失った歯は放置してはいけない
このように、虫歯や歯周病で失った歯をそのまま放置してしまっている人も多いのではないでしょうか。
失った歯の治療法は、部分入れ歯、ブリッジ、インプラントなど、人工歯を入れるという方法しかありません。
その中でもインプラントは保険適応外なので、1本入れるだけで20万円ほどかかってきてしまいます。
たった1本でも経済的に大きな負担になってしまいます。
保険適応内で出来る部分入れ歯やブリッジという方法もありますが、抜けた歯の隣歯に負担をかけてしまいます。
他の歯に負担をかけてしまうなら、痛くないし、放置しておこうという人もいるでしょう。
ただ、抜けた歯を放置しておく方が、歯全体にはデメリットになってしまうのです。
歯が抜けたまま放っておくと起こってしまうデメリットをいくつかご紹介していきます。
欠損した歯の状態

虫歯や歯周病で歯が抜けた場合、あなたの歯はどのような状態になっているでしょうか。
歯茎から出ている部分がすべてなくなってしまった状態で、根っこはまだ残っているのでしょうか。
それとも、歯がなくなってしまったから根っこもキレイに取った状態でしょうか。
虫歯で歯がなくなってしまうケースであれば、根っこだけが残っているケースがほとんどです。
治療法としては、虫歯が歯茎よりも奥に進行している場合や、歯周病がかなり進行している場合は、抜歯に至ることもあります。
抜歯にリスクがある場合は、蓋をしておいておくという事もあります。
実際に治療をしてくれる歯科医によって方針は様々です。
歯が欠損してしまう一番の原因は歯周病と言われています。
この病気は放っておくと、歯茎やあごの骨まで溶かしてしまいます。
そして、糖尿病、心筋梗塞、脳梗塞という命に係わる病気にもつながってしまうのです。
歯が抜け落ちても、そのまま放置せず、最低限の治療だけは必ず行うようにしてください。
噛み合わせが悪くなる

欠損してしまったスペースを放置しておくことで、最も恐ろしいことは、噛み合わせが崩れてくるということです。
歯は上下左右にお互い力がかかっています。
歯が一本でも欠損してしまうと、支えてくれる歯がなくなるので、欠損しているスペースにどんどん倒れてきてしまうのです。
1つのスペースの隣接した歯が傾き始め、隣接した歯が傾くと、さらにその隣の歯が…
というようにドミノ倒しのごとく、どんどん歯がズレていってしまうのです。
影響があるのは左右の歯だけでなく、上下の歯にも及びます。
今まで受け止めていてくれた歯がなくなってしまうので、上の歯は下に落ちて来てしまいます。
逆に下の歯は、上から押さえつけてくれる歯がなくなるため、上へと出てきてしまうのです。
1本の歯がなくなることでスペースが出来てしまい、そのスペースにすべての歯がズレてきてしまうのです。
今まで噛み合わせが良かった方も、こうしたズレにより全体的に噛み合わせがおかしくなってしまうという事もよくあります。
噛み合わせが悪いことで、ストレスが溜まり、集中できないなど、日常的な生活にも支障が出てきてしまいます。

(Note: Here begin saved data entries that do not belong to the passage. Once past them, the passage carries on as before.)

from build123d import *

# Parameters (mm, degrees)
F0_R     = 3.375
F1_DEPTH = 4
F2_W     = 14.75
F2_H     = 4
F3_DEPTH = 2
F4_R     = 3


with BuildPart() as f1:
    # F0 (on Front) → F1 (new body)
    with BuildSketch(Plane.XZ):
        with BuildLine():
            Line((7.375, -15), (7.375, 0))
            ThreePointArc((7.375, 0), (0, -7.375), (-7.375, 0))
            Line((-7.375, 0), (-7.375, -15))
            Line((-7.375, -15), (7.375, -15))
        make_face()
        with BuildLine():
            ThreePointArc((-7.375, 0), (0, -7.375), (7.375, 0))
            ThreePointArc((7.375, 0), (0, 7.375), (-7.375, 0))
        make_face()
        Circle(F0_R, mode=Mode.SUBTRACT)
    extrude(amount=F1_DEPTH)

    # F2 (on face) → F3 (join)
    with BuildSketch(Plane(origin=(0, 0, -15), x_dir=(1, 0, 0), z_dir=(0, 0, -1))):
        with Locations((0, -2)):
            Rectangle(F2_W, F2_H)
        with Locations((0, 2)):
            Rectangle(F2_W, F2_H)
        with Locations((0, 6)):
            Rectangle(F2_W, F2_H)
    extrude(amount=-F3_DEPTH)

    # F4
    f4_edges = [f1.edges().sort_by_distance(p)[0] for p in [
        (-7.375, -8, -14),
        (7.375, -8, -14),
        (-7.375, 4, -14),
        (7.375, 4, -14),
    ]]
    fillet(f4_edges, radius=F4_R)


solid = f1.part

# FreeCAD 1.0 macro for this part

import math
import FreeCAD as App
import Part
import Sketcher

V = App.Vector


def edges_at(feature, points):
    """Names of the edges that pass closest to the given points."""
    edges = feature.Shape.Edges
    near = lambda p: min(range(len(edges)), key=lambda i: edges[i].distToShape(Part.Vertex(*p))[0])
    return sorted({f"Edge{near(p) + 1}" for p in points})


def add_polygon(sketch, points):
    """Adds a closed chain of lines whose ends are joined by coincident constraints."""
    first, n = sketch.GeometryCount, len(points)
    for a, b in zip(points, points[1:] + points[:1]):
        sketch.addGeometry(Part.LineSegment(App.Vector(*a, 0), App.Vector(*b, 0)), False)
    for i in range(n):
        sketch.addConstraint(Sketcher.Constraint("Coincident", first + i, 2, first + (i + 1) % n, 1))

doc = App.newDocument("Part")
body = doc.addObject("PartDesign::Body", "Body")

# Sketch on XZ plane
sketch1 = doc.addObject("Sketcher::SketchObject", "Sketch")
body.addObject(sketch1)
sketch1.AttachmentSupport = (doc.XZ_Plane, [""])
sketch1.MapMode = "FlatFace"
sketch1.addGeometry([
    Part.LineSegment(V(7.375, -15, 0), V(7.375, 0, 0)),  # 0
    Part.ArcOfCircle(Part.Circle(V(0, 0, 0), V(0, 0, 1), 7.375), math.radians(0), math.radians(180)),  # 1
    Part.LineSegment(V(-7.375, 0, 0), V(-7.375, -15, 0)),  # 2
    Part.LineSegment(V(-7.375, -15, 0), V(7.375, -15, 0)),  # 3
    Part.Circle(V(0, 0, 0), V(0, 0, 1), 3.375),  # 4
], False)
sketch1.addConstraint([
    Sketcher.Constraint("Tangent", 0, 2, 1, 1),
    Sketcher.Constraint("Tangent", 1, 2, 2, 1),
    Sketcher.Constraint("Coincident", 2, 2, 3, 1),
    Sketcher.Constraint("Coincident", 3, 2, 0, 1),
    Sketcher.Constraint("Vertical", 0),
    Sketcher.Constraint("Vertical", 2),
    Sketcher.Constraint("Horizontal", 3),
    Sketcher.Constraint("Coincident", 1, 3, -1, 1),
    Sketcher.Constraint("Coincident", 4, 3, -1, 1),
    Sketcher.Constraint("Diameter", 4, 6.75),
    Sketcher.Constraint("DistanceY", 0, 1, 0, 2, 15.0),
    Sketcher.Constraint("Radius", 1, 7.375),
])
pad1 = doc.addObject("PartDesign::Pad", "Pad")
body.addObject(pad1)
pad1.Profile = sketch1
pad1.Length = 4

# Sketch on XY plane
sketch2 = doc.addObject("Sketcher::SketchObject", "Sketch001")
body.addObject(sketch2)
sketch2.AttachmentSupport = (doc.XY_Plane, [""])
sketch2.MapMode = "FlatFace"
sketch2.AttachmentOffset = App.Placement(V(0, 0, -15), App.Rotation())
add_polygon(sketch2, [(-7.375, 4), (7.375, 4), (7.375, -8), (-7.375, -8)])  # lines 0-3
sketch2.addConstraint([
    Sketcher.Constraint("Horizontal", 0),
    Sketcher.Constraint("Vertical", 1),
    Sketcher.Constraint("Horizontal", 2),
    Sketcher.Constraint("Vertical", 3),
    Sketcher.Constraint("DistanceY", 1, 2, 1, 1, 12.0),
    Sketcher.Constraint("DistanceY", -1, 1, 0, 2, 4.0),
    Sketcher.Constraint("DistanceX", 0, 1, 0, 2, 14.75),
    Sketcher.Constraint("DistanceX", -1, 1, 0, 2, 7.375),
])
pad2 = doc.addObject("PartDesign::Pad", "Pad001")
body.addObject(pad2)
pad2.Profile = sketch2
pad2.Length = 2
doc.recompute()

fillet = doc.addObject("PartDesign::Fillet", "Fillet")
body.addObject(fillet)
fillet.Base = (pad2, edges_at(pad2, [
    (-7.375, -8, -14),
    (7.375, -8, -14),
    (-7.375, 4, -14),
    (7.375, 4, -14),
]))
fillet.Radius = 3

doc.recompute()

そして何より、歯がないので食事をしっかり咀嚼出来なくなってしまうのです。
歯で補えなかったぶん、胃腸にも大きな負担がかかってしまいます。
歯が1本なくなるだけで、口の中だけでなく、全身に悪影響が出てきてしまうのです。
審美性にも影響が出てくる

見えない部分は放置しておいても、見た目が変わらないからいいと思うかもしれません。
しかし、奥歯を抜けたままにしておいても少なからず見た目は変わってくるのです。
歯を失うと、歯を支えていた歯茎も下がってきてしまい痩せてきます。
そのためフェイスラインが崩れてくるのです。
ほほがこけて見えたり、顎がたるんで見えたり、顔の輪郭に影響が出てきてしまうのです。

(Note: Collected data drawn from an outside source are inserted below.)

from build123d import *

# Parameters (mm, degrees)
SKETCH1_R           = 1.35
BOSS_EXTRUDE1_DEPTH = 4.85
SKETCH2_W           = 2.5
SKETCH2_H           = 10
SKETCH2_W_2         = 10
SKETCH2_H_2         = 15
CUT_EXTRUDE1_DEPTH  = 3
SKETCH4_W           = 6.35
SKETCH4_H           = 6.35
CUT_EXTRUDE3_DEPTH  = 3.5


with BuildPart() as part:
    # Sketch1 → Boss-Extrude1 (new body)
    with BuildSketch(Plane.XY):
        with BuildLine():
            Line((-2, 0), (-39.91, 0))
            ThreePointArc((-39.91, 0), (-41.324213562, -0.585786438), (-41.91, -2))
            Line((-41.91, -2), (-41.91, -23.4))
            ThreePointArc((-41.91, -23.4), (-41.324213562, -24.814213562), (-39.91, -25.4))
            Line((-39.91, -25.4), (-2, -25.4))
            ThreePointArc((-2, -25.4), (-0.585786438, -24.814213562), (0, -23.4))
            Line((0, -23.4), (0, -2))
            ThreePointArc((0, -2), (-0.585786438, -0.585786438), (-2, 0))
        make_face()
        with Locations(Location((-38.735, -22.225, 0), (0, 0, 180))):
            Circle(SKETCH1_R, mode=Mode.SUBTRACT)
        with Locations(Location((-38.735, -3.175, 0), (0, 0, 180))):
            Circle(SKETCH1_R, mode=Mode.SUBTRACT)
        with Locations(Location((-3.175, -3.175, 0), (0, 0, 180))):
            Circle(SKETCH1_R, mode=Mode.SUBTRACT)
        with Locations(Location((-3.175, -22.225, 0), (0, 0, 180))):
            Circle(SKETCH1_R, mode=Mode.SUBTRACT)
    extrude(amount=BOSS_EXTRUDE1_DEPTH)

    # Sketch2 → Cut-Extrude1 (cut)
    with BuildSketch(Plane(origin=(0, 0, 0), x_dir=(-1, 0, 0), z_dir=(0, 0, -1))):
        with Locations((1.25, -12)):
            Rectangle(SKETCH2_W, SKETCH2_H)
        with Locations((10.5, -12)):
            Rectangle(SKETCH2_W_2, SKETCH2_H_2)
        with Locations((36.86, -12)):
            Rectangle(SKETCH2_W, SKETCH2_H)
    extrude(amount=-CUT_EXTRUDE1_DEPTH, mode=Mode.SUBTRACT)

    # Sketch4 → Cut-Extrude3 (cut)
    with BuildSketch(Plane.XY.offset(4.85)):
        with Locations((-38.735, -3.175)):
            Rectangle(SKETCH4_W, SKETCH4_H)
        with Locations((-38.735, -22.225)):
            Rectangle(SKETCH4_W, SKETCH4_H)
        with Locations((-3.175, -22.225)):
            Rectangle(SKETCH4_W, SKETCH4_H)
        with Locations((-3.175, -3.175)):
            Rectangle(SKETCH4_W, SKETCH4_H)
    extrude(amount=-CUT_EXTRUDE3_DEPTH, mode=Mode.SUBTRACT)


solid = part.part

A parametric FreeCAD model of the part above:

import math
import FreeCAD as App
import Part
import Sketcher

V = App.Vector
Q = App.Units.Quantity


def add_polygon(sketch, points):
    """Adds a closed chain of lines whose ends are joined by coincident constraints."""
    first, n = sketch.GeometryCount, len(points)
    for a, b in zip(points, points[1:] + points[:1]):
        sketch.addGeometry(Part.LineSegment(App.Vector(*a, 0), App.Vector(*b, 0)), False)
    for i in range(n):
        sketch.addConstraint(Sketcher.Constraint("Coincident", first + i, 2, first + (i + 1) % n, 1))

doc = App.newDocument("Part")
params = doc.addObject("Spreadsheet::Sheet", "Params")
for row, (alias, value) in enumerate([
    ("sketch1_radius", "2 mm"),
    ("sketch1_diameter", "2.7 mm"),
    ("sketch1_height", "21.4 mm"),
    ("sketch1_width", "37.91 mm"),
    ("pad1_length", "4.85 mm"),
    ("sketch2_width", "10 mm"),
    ("sketch2_height", "15 mm"),
    ("sketch2_width2", "2.5 mm"),
    ("pocket1_length", "3 mm"),
    ("sketch3_width", "6.35 mm"),
    ("pocket2_length", "3.5 mm"),
], start=1):
    params.set(f"A{row}", alias)
    params.set(f"B{row}", "=" + value)
    params.setAlias(f"B{row}", alias)

body = doc.addObject("PartDesign::Body", "Body")

sketch1 = body.newObject("Sketcher::SketchObject", "Sketch")
sketch1.AttachmentSupport = (doc.getObject("XY_Plane"), [""])
sketch1.MapMode = "FlatFace"
sketch1.addGeometry([
    Part.LineSegment(V(-2, 0, 0), V(-39.9, 0, 0)),
    Part.ArcOfCircle(Part.Circle(V(-39.9, -2, 0), V(0, 0, 1), 2), math.radians(90), math.radians(180)),
    Part.LineSegment(V(-41.9, -2, 0), V(-41.9, -23.4, 0)),
    Part.ArcOfCircle(Part.Circle(V(-39.9, -23.4, 0), V(0, 0, 1), 2), math.radians(-180), math.radians(-90)),
    Part.LineSegment(V(-39.9, -25.4, 0), V(-2, -25.4, 0)),
    Part.ArcOfCircle(Part.Circle(V(-2, -23.4, 0), V(0, 0, 1), 2), math.radians(-90), math.radians(0)),
    Part.LineSegment(V(0, -23.4, 0), V(0, -2, 0)),
    Part.ArcOfCircle(Part.Circle(V(-2, -2, 0), V(0, 0, 1), 2), math.radians(0), math.radians(90)),
    Part.Circle(V(-38.7, -22.2, 0), V(0, 0, 1), 1.4),
    Part.Circle(V(-3.2, -22.2, 0), V(0, 0, 1), 1.4),
    Part.Circle(V(-38.7, -3.2, 0), V(0, 0, 1), 1.4),
    Part.Circle(V(-3.2, -3.2, 0), V(0, 0, 1), 1.4),
], False)
sketch1.addConstraint([
    Sketcher.Constraint("Tangent", 0, 2, 1, 1),
    Sketcher.Constraint("Tangent", 1, 2, 2, 1),
    Sketcher.Constraint("Tangent", 2, 2, 3, 1),
    Sketcher.Constraint("Tangent", 3, 2, 4, 1),
    Sketcher.Constraint("Tangent", 4, 2, 5, 1),
    Sketcher.Constraint("Tangent", 5, 2, 6, 1),
    Sketcher.Constraint("Tangent", 6, 2, 7, 1),
    Sketcher.Constraint("Tangent", 7, 2, 0, 1),
    Sketcher.Constraint("Horizontal", 0),
    Sketcher.Constraint("Vertical", 2),
    Sketcher.Constraint("Horizontal", 4),
    Sketcher.Constraint("Vertical", 6),
    Sketcher.Constraint("Equal", 1, 3),
    Sketcher.Constraint("Equal", 3, 5),
    Sketcher.Constraint("Equal", 5, 7),
    Sketcher.Constraint("Equal", 8, 9),
    Sketcher.Constraint("Equal", 9, 10),
    Sketcher.Constraint("Equal", 10, 11),
    Sketcher.Constraint("PointOnObject", 0, 2, -1),
    Sketcher.Constraint("PointOnObject", 5, 2, -2),
    Sketcher.Constraint("Horizontal", 8, 3, 9, 3),
    Sketcher.Constraint("Horizontal", 10, 3, 11, 3),
    Sketcher.Constraint("Vertical", 8, 3, 10, 3),
    Sketcher.Constraint("Vertical", 9, 3, 11, 3),
    Sketcher.Constraint("Radius", 1, Q("2 mm")),
    Sketcher.Constraint("Diameter", 8, Q("2.7 mm")),
    Sketcher.Constraint("DistanceY", 2, 2, 2, 1, Q("21.4 mm")),
    Sketcher.Constraint("DistanceX", 0, 2, 0, 1, Q("37.91 mm")),
    Sketcher.Constraint("DistanceX", 8, 3, 9, 3, Q("35.56 mm")),
    Sketcher.Constraint("DistanceY", 8, 3, 10, 3, Q("19.05 mm")),
    Sketcher.Constraint("DistanceX", 8, 3, -1, 1, Q("38.735 mm")),
    Sketcher.Constraint("DistanceY", 8, 3, -1, 1, Q("22.225 mm")),
])
sketch1.setExpression("Constraints[24]", "Params.sketch1_radius")
sketch1.setExpression("Constraints[25]", "Params.sketch1_diameter")
sketch1.setExpression("Constraints[26]", "Params.sketch1_height")
sketch1.setExpression("Constraints[27]", "Params.sketch1_width")
pad1 = body.newObject("PartDesign::Pad", "Pad")
pad1.Profile = sketch1
pad1.setExpression("Length", "Params.pad1_length")

sketch2 = body.newObject("Sketcher::SketchObject", "Sketch001")
sketch2.AttachmentSupport = (doc.getObject("XY_Plane"), [""])
sketch2.MapMode = "FlatFace"
add_polygon(sketch2, [(0, -7), (0, -17), (-2.5, -17), (-2.5, -7)])
add_polygon(sketch2, [(-5.5, -4.5), (-5.5, -19.5), (-15.5, -19.5), (-15.5, -4.5)])
add_polygon(sketch2, [(-35.6, -7), (-35.6, -17), (-38.1, -17), (-38.1, -7)])
sketch2.addConstraint([
    Sketcher.Constraint("Vertical", 0),
    Sketcher.Constraint("Horizontal", 1),
    Sketcher.Constraint("Vertical", 2),
    Sketcher.Constraint("Horizontal", 3),
    Sketcher.Constraint("Vertical", 4),
    Sketcher.Constraint("Horizontal", 5),
    Sketcher.Constraint("Vertical", 6),
    Sketcher.Constraint("Horizontal", 7),
    Sketcher.Constraint("Vertical", 8),
    Sketcher.Constraint("Horizontal", 9),
    Sketcher.Constraint("Vertical", 10),
    Sketcher.Constraint("Horizontal", 11),
    Sketcher.Constraint("PointOnObject", 0, 2, -2),
    Sketcher.Constraint("Horizontal", 1, 2, 8, 2),
    Sketcher.Constraint("Horizontal", 3, 2, 10, 2),
    Sketcher.Constraint("Equal", 3, 9),
    Sketcher.Constraint("Equal", 7, 0),
    Sketcher.Constraint("DistanceX", 5, 2, 5, 1, Q("10 mm")),
    Sketcher.Constraint("DistanceY", 4, 2, 4, 1, Q("15 mm")),
    Sketcher.Constraint("DistanceX", 1, 2, 1, 1, Q("2.5 mm")),
    Sketcher.Constraint("DistanceY", 0, 2, -1, 1, Q("17 mm")),
    Sketcher.Constraint("DistanceX", 4, 2, 1, 2, Q("3 mm")),
    Sketcher.Constraint("DistanceY", 4, 2, -1, 1, Q("19.5 mm")),
    Sketcher.Constraint("DistanceX", 8, 2, -1, 1, Q("35.61 mm")),
])
sketch2.setExpression("Constraints[29]", "Params.sketch2_width")
sketch2.setExpression("Constraints[30]", "Params.sketch2_height")
sketch2.setExpression("Constraints[31]", "Params.sketch2_width2")
pocket1 = body.newObject("PartDesign::Pocket", "Pocket")
pocket1.Profile = sketch2
pocket1.setExpression("Length", "Params.pocket1_length")
pocket1.Reversed = True

sketch3 = body.newObject("Sketcher::SketchObject", "Sketch002")
sketch3.AttachmentSupport = (doc.getObject("XY_Plane"), [""])
sketch3.MapMode = "FlatFace"
sketch3.AttachmentOffset = App.Placement(V(0, 0, 4.85), App.Rotation())
add_polygon(sketch3, [(-42, 0), (-42, -6), (-36, -6), (-36, 0)])
add_polygon(sketch3, [(-42, -19), (-42, -25), (-36, -25), (-36, -19)])
add_polygon(sketch3, [(-6, -19), (-6, -25), (0, -25), (0, -19)])
add_polygon(sketch3, [(-6, 0), (-6, -6), (0, -6), (0, 0)])
sketch3.addConstraint([
    Sketcher.Constraint("Vertical", 0),
    Sketcher.Constraint("Horizontal", 1),
    Sketcher.Constraint("Vertical", 2),
    Sketcher.Constraint("Horizontal", 3),
    Sketcher.Constraint("Vertical", 4),
    Sketcher.Constraint("Horizontal", 5),
    Sketcher.Constraint("Vertical", 6),
    Sketcher.Constraint("Horizontal", 7),
    Sketcher.Constraint("Vertical", 8),
    Sketcher.Constraint("Horizontal", 9),
    Sketcher.Constraint("Vertical", 10),
    Sketcher.Constraint("Horizontal", 11),
    Sketcher.Constraint("Vertical", 12),
    Sketcher.Constraint("Horizontal", 13),
    Sketcher.Constraint("Vertical", 14),
    Sketcher.Constraint("Horizontal", 15),
    Sketcher.Constraint("Coincident", 14, 2, -1, 1),
    Sketcher.Constraint("PointOnObject", 2, 2, -1),
    Sketcher.Constraint("PointOnObject", 9, 2, -2),
    Sketcher.Constraint("Horizontal", 5, 2, 8, 2),
    Sketcher.Constraint("Horizontal", 7, 2, 10, 2),
    Sketcher.Constraint("Horizontal", 1, 2, 12, 2),
    Sketcher.Constraint("Vertical", 3, 2, 4, 2),
    Sketcher.Constraint("Vertical", 2, 2, 5, 2),
    Sketcher.Constraint("Vertical", 11, 2, 12, 2),
    Sketcher.Constraint("Equal", 7, 9),
    Sketcher.Constraint("Equal", 15, 0),
    Sketcher.Constraint("Equal", 2, 4),
    Sketcher.Constraint("DistanceX", 1, 1, 1, 2, Q("6.35 mm")),
    Sketcher.Constraint("DistanceY", 4, 2, -1, 1, Q("25.4 mm")),
    Sketcher.Constraint("DistanceX", 0, 2, -1, 1, Q("41.91 mm")),
])
sketch3.setExpression("Constraints[44]", "Params.sketch3_width")
pocket2 = body.newObject("PartDesign::Pocket", "Pocket001")
pocket2.Profile = sketch3
pocket2.setExpression("Length", "Params.pocket2_length")

doc.recompute()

歯自体は見えないかもしれませんが、顔の表情に影響を与えてしまうのです。
一度抜けてしまった歯は元に戻りません。
ただ、その抜けてしまった歯のおかげで全体の歯並びが崩れてしまうと、取り返しのつかないことになってしまいます。
欠損した歯を補う治療は、見た目の改善だけではありません。
抜けた場所で治療をするか判断せず、空いたスペースを埋めるための治療を行いましょう。